# [Requirement]
Using the data below, return the stretch from the line that contains "# Croquis7 →" through the line that contains "# FreeCAD 1.0 macro for this part", both included, exactly as it stands and nothing beyond it.

(Dataset entries)
'''

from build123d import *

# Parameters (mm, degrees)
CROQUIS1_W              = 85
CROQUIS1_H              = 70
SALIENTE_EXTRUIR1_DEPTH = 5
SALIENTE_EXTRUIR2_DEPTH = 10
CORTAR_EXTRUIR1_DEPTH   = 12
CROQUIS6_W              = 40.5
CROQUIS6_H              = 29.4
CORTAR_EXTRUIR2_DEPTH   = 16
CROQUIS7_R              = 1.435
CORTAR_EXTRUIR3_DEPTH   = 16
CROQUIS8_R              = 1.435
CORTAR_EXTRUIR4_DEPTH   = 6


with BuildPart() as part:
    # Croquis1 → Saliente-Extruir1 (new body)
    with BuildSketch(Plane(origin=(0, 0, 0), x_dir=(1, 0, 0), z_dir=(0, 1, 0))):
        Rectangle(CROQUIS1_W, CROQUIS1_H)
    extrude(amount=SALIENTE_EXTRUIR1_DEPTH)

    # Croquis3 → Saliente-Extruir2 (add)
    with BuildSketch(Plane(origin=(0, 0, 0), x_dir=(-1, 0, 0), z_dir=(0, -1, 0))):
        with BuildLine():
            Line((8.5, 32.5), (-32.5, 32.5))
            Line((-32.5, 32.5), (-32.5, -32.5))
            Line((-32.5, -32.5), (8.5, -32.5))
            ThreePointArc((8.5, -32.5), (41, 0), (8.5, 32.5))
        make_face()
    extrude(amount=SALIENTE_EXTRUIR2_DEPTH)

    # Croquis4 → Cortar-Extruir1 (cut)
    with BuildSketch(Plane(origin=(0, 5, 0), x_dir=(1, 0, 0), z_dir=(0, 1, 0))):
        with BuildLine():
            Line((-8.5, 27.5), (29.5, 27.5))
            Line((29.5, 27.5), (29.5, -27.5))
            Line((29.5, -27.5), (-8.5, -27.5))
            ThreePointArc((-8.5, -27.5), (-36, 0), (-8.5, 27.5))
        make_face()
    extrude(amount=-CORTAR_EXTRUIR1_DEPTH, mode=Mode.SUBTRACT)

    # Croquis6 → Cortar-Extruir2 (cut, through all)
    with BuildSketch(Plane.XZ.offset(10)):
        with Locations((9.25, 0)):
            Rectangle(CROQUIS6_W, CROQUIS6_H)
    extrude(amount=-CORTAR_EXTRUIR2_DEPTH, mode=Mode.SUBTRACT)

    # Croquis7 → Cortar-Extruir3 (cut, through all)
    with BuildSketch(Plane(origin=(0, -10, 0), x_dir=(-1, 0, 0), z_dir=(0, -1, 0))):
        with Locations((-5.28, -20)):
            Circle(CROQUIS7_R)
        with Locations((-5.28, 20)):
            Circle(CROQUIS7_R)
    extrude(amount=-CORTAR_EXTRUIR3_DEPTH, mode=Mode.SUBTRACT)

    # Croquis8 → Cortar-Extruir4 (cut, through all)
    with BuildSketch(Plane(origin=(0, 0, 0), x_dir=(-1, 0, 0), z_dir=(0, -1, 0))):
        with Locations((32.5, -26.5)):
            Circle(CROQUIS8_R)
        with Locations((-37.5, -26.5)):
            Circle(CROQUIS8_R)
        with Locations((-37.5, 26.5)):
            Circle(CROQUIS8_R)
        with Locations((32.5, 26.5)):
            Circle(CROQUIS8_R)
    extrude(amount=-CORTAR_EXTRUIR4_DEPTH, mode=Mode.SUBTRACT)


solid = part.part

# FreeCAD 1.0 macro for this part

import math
import FreeCAD as App
import Part
import Sketcher
from FreeCAD import Vector

doc = App.newDocument("Part")
body = doc.addObject("PartDesign::Body", "Body")

sketch1 = body.newObject("Sketcher::SketchObject", "Sketch")
sketch1.AttachmentSupport = (doc.getObject("XZ_Plane"), [""])
sketch1.MapMode = "FlatFace"
sketch1.addGeometry(Part.LineSegment(Vector(-42, -35, 0), Vector(-42, 35, 0)), False)
sketch1.addGeometry(Part.LineSegment(Vector(-42, 35, 0), Vector(42, 35, 0)), False)
sketch1.addGeometry(Part.LineSegment(Vector(42, 35, 0), Vector(42, -35, 0)), False)
sketch1.addGeometry(Part.LineSegment(Vector(42, -35, 0), Vector(-42, -35, 0)), False)
sketch1.addConstraint(Sketcher.Constraint("Coincident", 0, 2, 1, 1))
sketch1.addConstraint(Sketcher.Constraint("Coincident", 1, 2, 2, 1))
sketch1.addConstraint(Sketcher.Constraint("Coincident", 2, 2, 3, 1))
sketch1.addConstraint(Sketcher.Constraint("Coincident", 3, 2, 0, 1))
sketch1.addConstraint(Sketcher.Constraint("Vertical", 0))
sketch1.addConstraint(Sketcher.Constraint("Horizontal", 1))
sketch1.addConstraint(Sketcher.Constraint("Vertical", 2))
sketch1.addConstraint(Sketcher.Constraint("Horizontal", 3))
sketch1.addConstraint(Sketcher.Constraint("Symmetric", 0, 2, 2, 2, -1, 1))
sketch1.addConstraint(Sketcher.Constraint("DistanceX", 1, 1, 1, 2, 85.0))
sketch1.addConstraint(Sketcher.Constraint("DistanceY", 0, 1, 0, 2, 70.0))
pad1 = body.newObject("PartDesign::Pad", "Pad")
pad1.Profile = sketch1
pad1.Length = 5
pad1.Reversed = True

sketch2 = body.newObject("Sketcher::SketchObject", "Sketch001")
sketch2.AttachmentSupport = (doc.getObject("XZ_Plane"), [""])
sketch2.MapMode = "FlatFace"
sketch2.addGeometry(Part.LineSegment(Vector(-8, -32, 0), Vector(32, -32, 0)), False)
sketch2.addGeometry(Part.LineSegment(Vector(32, -32, 0), Vector(32, 32, 0)), False)
sketch2.addGeometry(Part.LineSegment(Vector(32, 32, 0), Vector(-8, 32, 0)), False)
sketch2.addGeometry(Part.ArcOfCircle(Part.Circle(Vector(-8, 0, 0), Vector(0, 0, 1), 32), math.radians(90), math.radians(270)), False)
sketch2.addConstraint(Sketcher.Constraint("Coincident", 0, 2, 1, 1))
sketch2.addConstraint(Sketcher.Constraint("Coincident", 1, 2, 2, 1))
sketch2.addConstraint(Sketcher.Constraint("Tangent", 2, 2, 3, 1))
sketch2.addConstraint(Sketcher.Constraint("Tangent", 3, 2, 0, 1))
sketch2.addConstraint(Sketcher.Constraint("Horizontal", 0))
sketch2.addConstraint(Sketcher.Constraint("Vertical", 1))
sketch2.addConstraint(Sketcher.Constraint("Horizontal", 2))
sketch2.addConstraint(Sketcher.Constraint("PointOnObject", 3, 3, -1))
sketch2.addConstraint(Sketcher.Constraint("Radius", 3, 32.5))
sketch2.addConstraint(Sketcher.Constraint("DistanceX", 0, 1, 0, 2, 41.0))
sketch2.addConstraint(Sketcher.Constraint("DistanceX", 3, 3, -1, 1, 8.5))
pad2 = body.newObject("PartDesign::Pad", "Pad001")
pad2.Profile = sketch2
pad2.Length = 10

sketch3 = body.newObject("Sketcher::SketchObject", "Sketch002")
sketch3.AttachmentSupport = (doc.getObject("XZ_Plane"), [""])
sketch3.MapMode = "FlatFace"
sketch3.AttachmentOffset = App.Placement(Vector(0, 0, -5), App.Rotation())
sketch3.addGeometry(Part.LineSegment(Vector(30, -28, 0), Vector(-8, -28, 0)), False)
sketch3.addGeometry(Part.ArcOfCircle(Part.Circle(Vector(-8, 0, 0), Vector(0, 0, 1), 28), math.radians(90), math.radians(270)), False)
sketch3.addGeometry(Part.LineSegment(Vector(-8, 28, 0), Vector(30, 28, 0)), False)
sketch3.addGeometry(Part.LineSegment(Vector(30, 28, 0), Vector(30, -28, 0)), False)
sketch3.addConstraint(Sketcher.Constraint("Tangent", 0, 2, 1, 2))
sketch3.addConstraint(Sketcher.Constraint("Tangent", 1, 1, 2, 1))
sketch3.addConstraint(Sketcher.Constraint("Coincident", 2, 2, 3, 1))
sketch3.addConstraint(Sketcher.Constraint("Coincident", 3, 2, 0, 1))
sketch3.addConstraint(Sketcher.Constraint("Horizontal", 0))
sketch3.addConstraint(Sketcher.Constraint("Horizontal", 2))
sketch3.addConstraint(Sketcher.Constraint("Vertical", 3))
sketch3.addConstraint(Sketcher.Constraint("PointOnObject", 1, 3, -1))
sketch3.addConstraint(Sketcher.Constraint("Radius", 1, 27.5))
sketch3.addConstraint(Sketcher.Constraint("DistanceX", 0, 2, 0, 1, 38.0))
sketch3.addConstraint(Sketcher.Constraint("DistanceX", 1, 3, -1, 1, 8.5))
pocket1 = body.newObject("PartDesign::Pocket", "Pocket")
pocket1.Profile = sketch3
pocket1.Length = 12
pocket1.Reversed = True

sketch4 = body.newObject("Sketcher::SketchObject", "Sketch003")
sketch4.AttachmentSupport = (doc.getObject("XZ_Plane"), [""])
sketch4.MapMode = "FlatFace"
sketch4.AttachmentOffset = App.Placement(Vector(0, 0, 10), App.Rotation())
sketch4.addGeometry(Part.LineSegment(Vector(-11, 15, 0), Vector(-11, -15, 0)), False)
sketch4.addGeometry(Part.LineSegment(Vector(-11, -15, 0), Vector(30, -15, 0)), False)
sketch4.addGeometry(Part.LineSegment(Vector(30, -15, 0), Vector(30, 15, 0)), False)
sketch4.addGeometry(Part.LineSegment(Vector(30, 15, 0), Vector(-11, 15, 0)), False)
sketch4.addConstraint(Sketcher.Constraint("Coincident", 0, 2, 1, 1))
sketch4.addConstraint(Sketcher.Constraint("Coincident", 1, 2, 2, 1))
sketch4.addConstraint(Sketcher.Constraint("Coincident", 2, 2, 3, 1))
sketch4.addConstraint(Sketcher.Constraint("Coincident", 3, 2, 0, 1))
sketch4.addConstraint(Sketcher.Constraint("Vertical", 0))
sketch4.addConstraint(Sketcher.Constraint("Horizontal", 1))
sketch4.addConstraint(Sketcher.Constraint("Vertical", 2))
sketch4.addConstraint(Sketcher.Constraint("Horizontal", 3))
sketch4.addConstraint(Sketcher.Constraint("DistanceX", 1, 1, 1, 2, 40.5))
sketch4.addConstraint(Sketcher.Constraint("DistanceY", 0, 2, 0, 1, 29.4))
sketch4.addConstraint(Sketcher.Constraint("DistanceX", 0, 2, -1, 1, 11.0))
sketch4.addConstraint(Sketcher.Constraint("DistanceY", 0, 2, -1, 1, 14.7))
pocket2 = body.newObject("PartDesign::Pocket", "Pocket001")
pocket2.Profile = sketch4
pocket2.Type = "ThroughAll"

sketch5 = body.newObject("Sketcher::SketchObject", "Sketch004")
sketch5.AttachmentSupport = (doc.getObject("XZ_Plane"), [""])
sketch5.MapMode = "FlatFace"
sketch5.AttachmentOffset = App.Placement(Vector(0, 0, 10), App.Rotation())
sketch5.addGeometry(Part.Circle(Vector(5.3, 20, 0), Vector(0, 0, 1), 1.4), False)
sketch5.addGeometry(Part.Circle(Vector(5.3, -20, 0), Vector(0, 0, 1), 1.4), False)
sketch5.addConstraint(Sketcher.Constraint("Equal", 0, 1))
sketch5.addConstraint(Sketcher.Constraint("Symmetric", 0, 3, 1, 3, -1))
sketch5.addConstraint(Sketcher.Constraint("Diameter", 0, 2.87))
sketch5.addConstraint(Sketcher.Constraint("DistanceY", -1, 1, 0, 3, 20.0))
sketch5.addConstraint(Sketcher.Constraint("DistanceX", -1, 1, 0, 3, 5.28))
pocket3 = body.newObject("PartDesign::Pocket", "Pocket002")
pocket3.Profile = sketch5
pocket3.Type = "ThroughAll"

sketch6 = body.newObject("Sketcher::SketchObject", "Sketch005")
sketch6.AttachmentSupport = (doc.getObject("XZ_Plane"), [""])
sketch6.MapMode = "FlatFace"
sketch6.addGeometry(Part.Circle(Vector(-32.5, 26.5, 0), Vector(0, 0, 1), 1.4), False)
sketch6.addGeometry(Part.Circle(Vector(37.5, 26.5, 0), Vector(0, 0, 1), 1.4), False)
sketch6.addGeometry(Part.Circle(Vector(37.5, -26.5, 0), Vector(0, 0, 1), 1.4), False)
sketch6.addGeometry(Part.Circle(Vector(-32.5, -26.5, 0), Vector(0, 0, 1), 1.4), False)
sketch6.addConstraint(Sketcher.Constraint("Equal", 0, 1))
sketch6.addConstraint(Sketcher.Constraint("Equal", 1, 2))
sketch6.addConstraint(Sketcher.Constraint("Equal", 2, 3))
sketch6.addConstraint(Sketcher.Constraint("Symmetric", 1, 3, 2, 3, -1))
sketch6.addConstraint(Sketcher.Constraint("Symmetric", 0, 3, 3, 3, -1))
sketch6.addConstraint(Sketcher.Constraint("Horizontal", 0, 3, 1, 3))
sketch6.addConstraint(Sketcher.Constraint("Diameter", 0, 2.87))
sketch6.addConstraint(Sketcher.Constraint("DistanceX", 0, 3, 1, 3, 70.0))
sketch6.addConstraint(Sketcher.Constraint("DistanceY", 2, 3, 1, 3, 53.0))
sketch6.addConstraint(Sketcher.Constraint("DistanceX", 0, 3, -1, 1, 32.5))
pocket4 = body.newObject("PartDesign::Pocket", "Pocket003")
pocket4.Profile = sketch6
pocket4.Type = "ThroughAll"

doc.recompute()
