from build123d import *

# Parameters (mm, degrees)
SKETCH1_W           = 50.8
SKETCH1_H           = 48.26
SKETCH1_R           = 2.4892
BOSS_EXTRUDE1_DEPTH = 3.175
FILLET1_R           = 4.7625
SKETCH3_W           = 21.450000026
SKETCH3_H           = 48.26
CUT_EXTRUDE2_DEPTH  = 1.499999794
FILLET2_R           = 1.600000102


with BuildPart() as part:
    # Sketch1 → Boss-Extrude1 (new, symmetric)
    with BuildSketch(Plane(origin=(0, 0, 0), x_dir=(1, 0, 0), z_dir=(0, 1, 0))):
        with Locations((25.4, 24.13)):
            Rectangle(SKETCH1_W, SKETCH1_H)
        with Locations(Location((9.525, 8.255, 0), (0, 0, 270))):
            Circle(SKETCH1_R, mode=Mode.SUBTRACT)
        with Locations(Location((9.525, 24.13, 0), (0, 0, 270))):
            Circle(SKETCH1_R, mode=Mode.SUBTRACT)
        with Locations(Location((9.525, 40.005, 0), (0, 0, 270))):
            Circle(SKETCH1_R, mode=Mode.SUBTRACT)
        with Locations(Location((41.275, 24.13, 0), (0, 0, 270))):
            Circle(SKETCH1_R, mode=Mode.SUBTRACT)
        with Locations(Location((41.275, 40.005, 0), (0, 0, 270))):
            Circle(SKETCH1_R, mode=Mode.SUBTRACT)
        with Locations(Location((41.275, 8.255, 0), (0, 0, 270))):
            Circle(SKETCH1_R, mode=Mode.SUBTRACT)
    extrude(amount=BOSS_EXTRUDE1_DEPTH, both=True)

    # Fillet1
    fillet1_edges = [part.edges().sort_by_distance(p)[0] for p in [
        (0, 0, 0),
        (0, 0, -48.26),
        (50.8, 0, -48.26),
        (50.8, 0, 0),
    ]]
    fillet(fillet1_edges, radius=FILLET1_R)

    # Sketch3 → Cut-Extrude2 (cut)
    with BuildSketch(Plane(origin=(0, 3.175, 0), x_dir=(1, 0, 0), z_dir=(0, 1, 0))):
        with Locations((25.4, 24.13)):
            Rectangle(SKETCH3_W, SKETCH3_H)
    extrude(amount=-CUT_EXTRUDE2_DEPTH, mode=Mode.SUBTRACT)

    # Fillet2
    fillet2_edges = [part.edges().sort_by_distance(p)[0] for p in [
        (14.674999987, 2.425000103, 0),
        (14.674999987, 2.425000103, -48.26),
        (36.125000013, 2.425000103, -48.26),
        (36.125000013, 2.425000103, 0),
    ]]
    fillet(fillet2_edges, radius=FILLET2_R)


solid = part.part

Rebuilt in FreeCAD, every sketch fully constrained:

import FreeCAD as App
import Part
import Sketcher
from FreeCAD import Vector
Q = App.Units.Quantity


def edges_at(feature, points):
    """Names of the edges that pass closest to the given points."""
    edges = feature.Shape.Edges
    near = lambda p: min(range(len(edges)), key=lambda i: edges[i].distToShape(Part.Vertex(*p))[0])
    return sorted({f"Edge{near(p) + 1}" for p in points})


def add_polygon(sketch, points):
    """Adds a closed chain of lines whose ends are joined by coincident constraints."""
    first, n = sketch.GeometryCount, len(points)
    for a, b in zip(points, points[1:] + points[:1]):
        sketch.addGeometry(Part.LineSegment(App.Vector(*a, 0), App.Vector(*b, 0)), False)
    for i in range(n):
        sketch.addConstraint(Sketcher.Constraint("Coincident", first + i, 2, first + (i + 1) % n, 1))

doc = App.newDocument("Part")
body = doc.addObject("PartDesign::Body", "Body")

sketch1 = body.newObject("Sketcher::SketchObject", "Sketch")
sketch1.AttachmentSupport = (doc.getObject("XZ_Plane"), [""])
sketch1.MapMode = "FlatFace"
add_polygon(sketch1, [(0, -48.3), (0, 0), (50.8, 0), (50.8, -48.3)])
sketch1.addGeometry(Part.Circle(Vector(9.5, -8.3, 0), Vector(0, 0, 1), 2.5), False)
sketch1.addGeometry(Part.Circle(Vector(9.5, -24.1, 0), Vector(0, 0, 1), 2.5), False)
sketch1.addGeometry(Part.Circle(Vector(41.3, -8.3, 0), Vector(0, 0, 1), 2.5), False)
sketch1.addGeometry(Part.Circle(Vector(41.3, -24.1, 0), Vector(0, 0, 1), 2.5), False)
sketch1.addGeometry(Part.Circle(Vector(9.5, -40, 0), Vector(0, 0, 1), 2.5), False)
sketch1.addGeometry(Part.Circle(Vector(41.3, -40, 0), Vector(0, 0, 1), 2.5), False)
sketch1.addConstraint(Sketcher.Constraint("Vertical", 0))
sketch1.addConstraint(Sketcher.Constraint("Horizontal", 1))
sketch1.addConstraint(Sketcher.Constraint("Vertical", 2))
sketch1.addConstraint(Sketcher.Constraint("Horizontal", 3))
sketch1.addConstraint(Sketcher.Constraint("Coincident", 0, 2, -1, 1))
sketch1.addConstraint(Sketcher.Constraint("Equal", 4, 5))
sketch1.addConstraint(Sketcher.Constraint("Equal", 5, 6))
sketch1.addConstraint(Sketcher.Constraint("Equal", 6, 7))
sketch1.addConstraint(Sketcher.Constraint("Equal", 7, 8))
sketch1.addConstraint(Sketcher.Constraint("Equal", 8, 9))
sketch1.addConstraint(Sketcher.Constraint("Horizontal", 4, 3, 6, 3))
sketch1.addConstraint(Sketcher.Constraint("Horizontal", 5, 3, 7, 3))
sketch1.addConstraint(Sketcher.Constraint("Horizontal", 8, 3, 9, 3))
sketch1.addConstraint(Sketcher.Constraint("Vertical", 4, 3, 5, 3))
sketch1.addConstraint(Sketcher.Constraint("Vertical", 6, 3, 7, 3))
sketch1.addConstraint(Sketcher.Constraint("Vertical", 5, 3, 8, 3))
sketch1.addConstraint(Sketcher.Constraint("Vertical", 7, 3, 9, 3))
sketch1.addConstraint(Sketcher.Constraint("DistanceX", 1, 1, 1, 2, Q("2 in")))
sketch1.addConstraint(Sketcher.Constraint("Diameter", 4, Q("0.196 in")))
sketch1.addConstraint(Sketcher.Constraint("DistanceY", 0, 1, 0, 2, Q("1.9 in")))
sketch1.addConstraint(Sketcher.Constraint("DistanceY", 5, 3, -1, 1, Q("0.95 in")))
sketch1.addConstraint(Sketcher.Constraint("DistanceX", 4, 3, 6, 3, Q("1.25 in")))
sketch1.addConstraint(Sketcher.Constraint("DistanceY", 8, 3, 4, 3, Q("1.25 in")))
sketch1.addConstraint(Sketcher.Constraint("DistanceX", -1, 1, 4, 3, Q("0.375 in")))
sketch1.addConstraint(Sketcher.Constraint("DistanceY", 4, 3, -1, 1, Q("0.325 in")))
pad1 = body.newObject("PartDesign::Pad", "Pad")
pad1.Profile = sketch1
pad1.Length = Q("0.25 in")
pad1.Midplane = True
doc.recompute()

fillet = body.newObject("PartDesign::Fillet", "Fillet")
fillet.Base = (pad1, edges_at(pad1, [
    (0, 0, 0),
    (0, 0, -48.26),
    (50.8, 0, -48.26),
    (50.8, 0, 0),
]))
fillet.Radius = Q("0.1875 in")

sketch2 = body.newObject("Sketcher::SketchObject", "Sketch001")
sketch2.AttachmentSupport = (doc.getObject("XZ_Plane"), [""])
sketch2.MapMode = "FlatFace"
sketch2.AttachmentOffset = App.Placement(Vector(0, 0, -0.125 * 25.4), App.Rotation())
add_polygon(sketch2, [(15, -48), (15, 0), (36, 0), (36, -48)])
sketch2.addConstraint(Sketcher.Constraint("Vertical", 0))
sketch2.addConstraint(Sketcher.Constraint("Horizontal", 1))
sketch2.addConstraint(Sketcher.Constraint("Vertical", 2))
sketch2.addConstraint(Sketcher.Constraint("Horizontal", 3))
sketch2.addConstraint(Sketcher.Constraint("PointOnObject", 0, 2, -1))
sketch2.addConstraint(Sketcher.Constraint("DistanceY", 0, 1, 0, 2, Q("1.9 in")))
sketch2.addConstraint(Sketcher.Constraint("DistanceX", 1, 1, 1, 2, 21.45))
sketch2.addConstraint(Sketcher.Constraint("DistanceX", -1, 1, 0, 2, 14.675))
pocket1 = body.newObject("PartDesign::Pocket", "Pocket")
pocket1.Profile = sketch2
pocket1.Length = 1.5
pocket1.Reversed = True
doc.recompute()

fillet2 = body.newObject("PartDesign::Fillet", "Fillet001")
fillet2.Base = (pocket1, edges_at(pocket1, [
    (14.675, 2.425, 0),
    (14.675, 2.425, -48.26),
    (36.125, 2.425, -48.26),
    (36.125, 2.425, 0),
]))
fillet2.Radius = 1.6

doc.recompute()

'''

# [Answer to this task]
    # Croquis7 → Cortar-Extruir3 (cut, through all)
    with BuildSketch(Plane(origin=(0, -10, 0), x_dir=(-1, 0, 0), z_dir=(0, -1, 0))):
        with Locations((-5.28, -20)):
            Circle(CROQUIS7_R)
        with Locations((-5.28, 20)):
            Circle(CROQUIS7_R)
    extrude(amount=-CORTAR_EXTRUIR3_DEPTH, mode=Mode.SUBTRACT)

    # Croquis8 → Cortar-Extruir4 (cut, through all)
    with BuildSketch(Plane(origin=(0, 0, 0), x_dir=(-1, 0, 0), z_dir=(0, -1, 0))):
        with Locations((32.5, -26.5)):
            Circle(CROQUIS8_R)
        with Locations((-37.5, -26.5)):
            Circle(CROQUIS8_R)
        with Locations((-37.5, 26.5)):
            Circle(CROQUIS8_R)
        with Locations((32.5, 26.5)):
            Circle(CROQUIS8_R)
    extrude(amount=-CORTAR_EXTRUIR4_DEPTH, mode=Mode.SUBTRACT)


solid = part.part

# FreeCAD 1.0 macro for this part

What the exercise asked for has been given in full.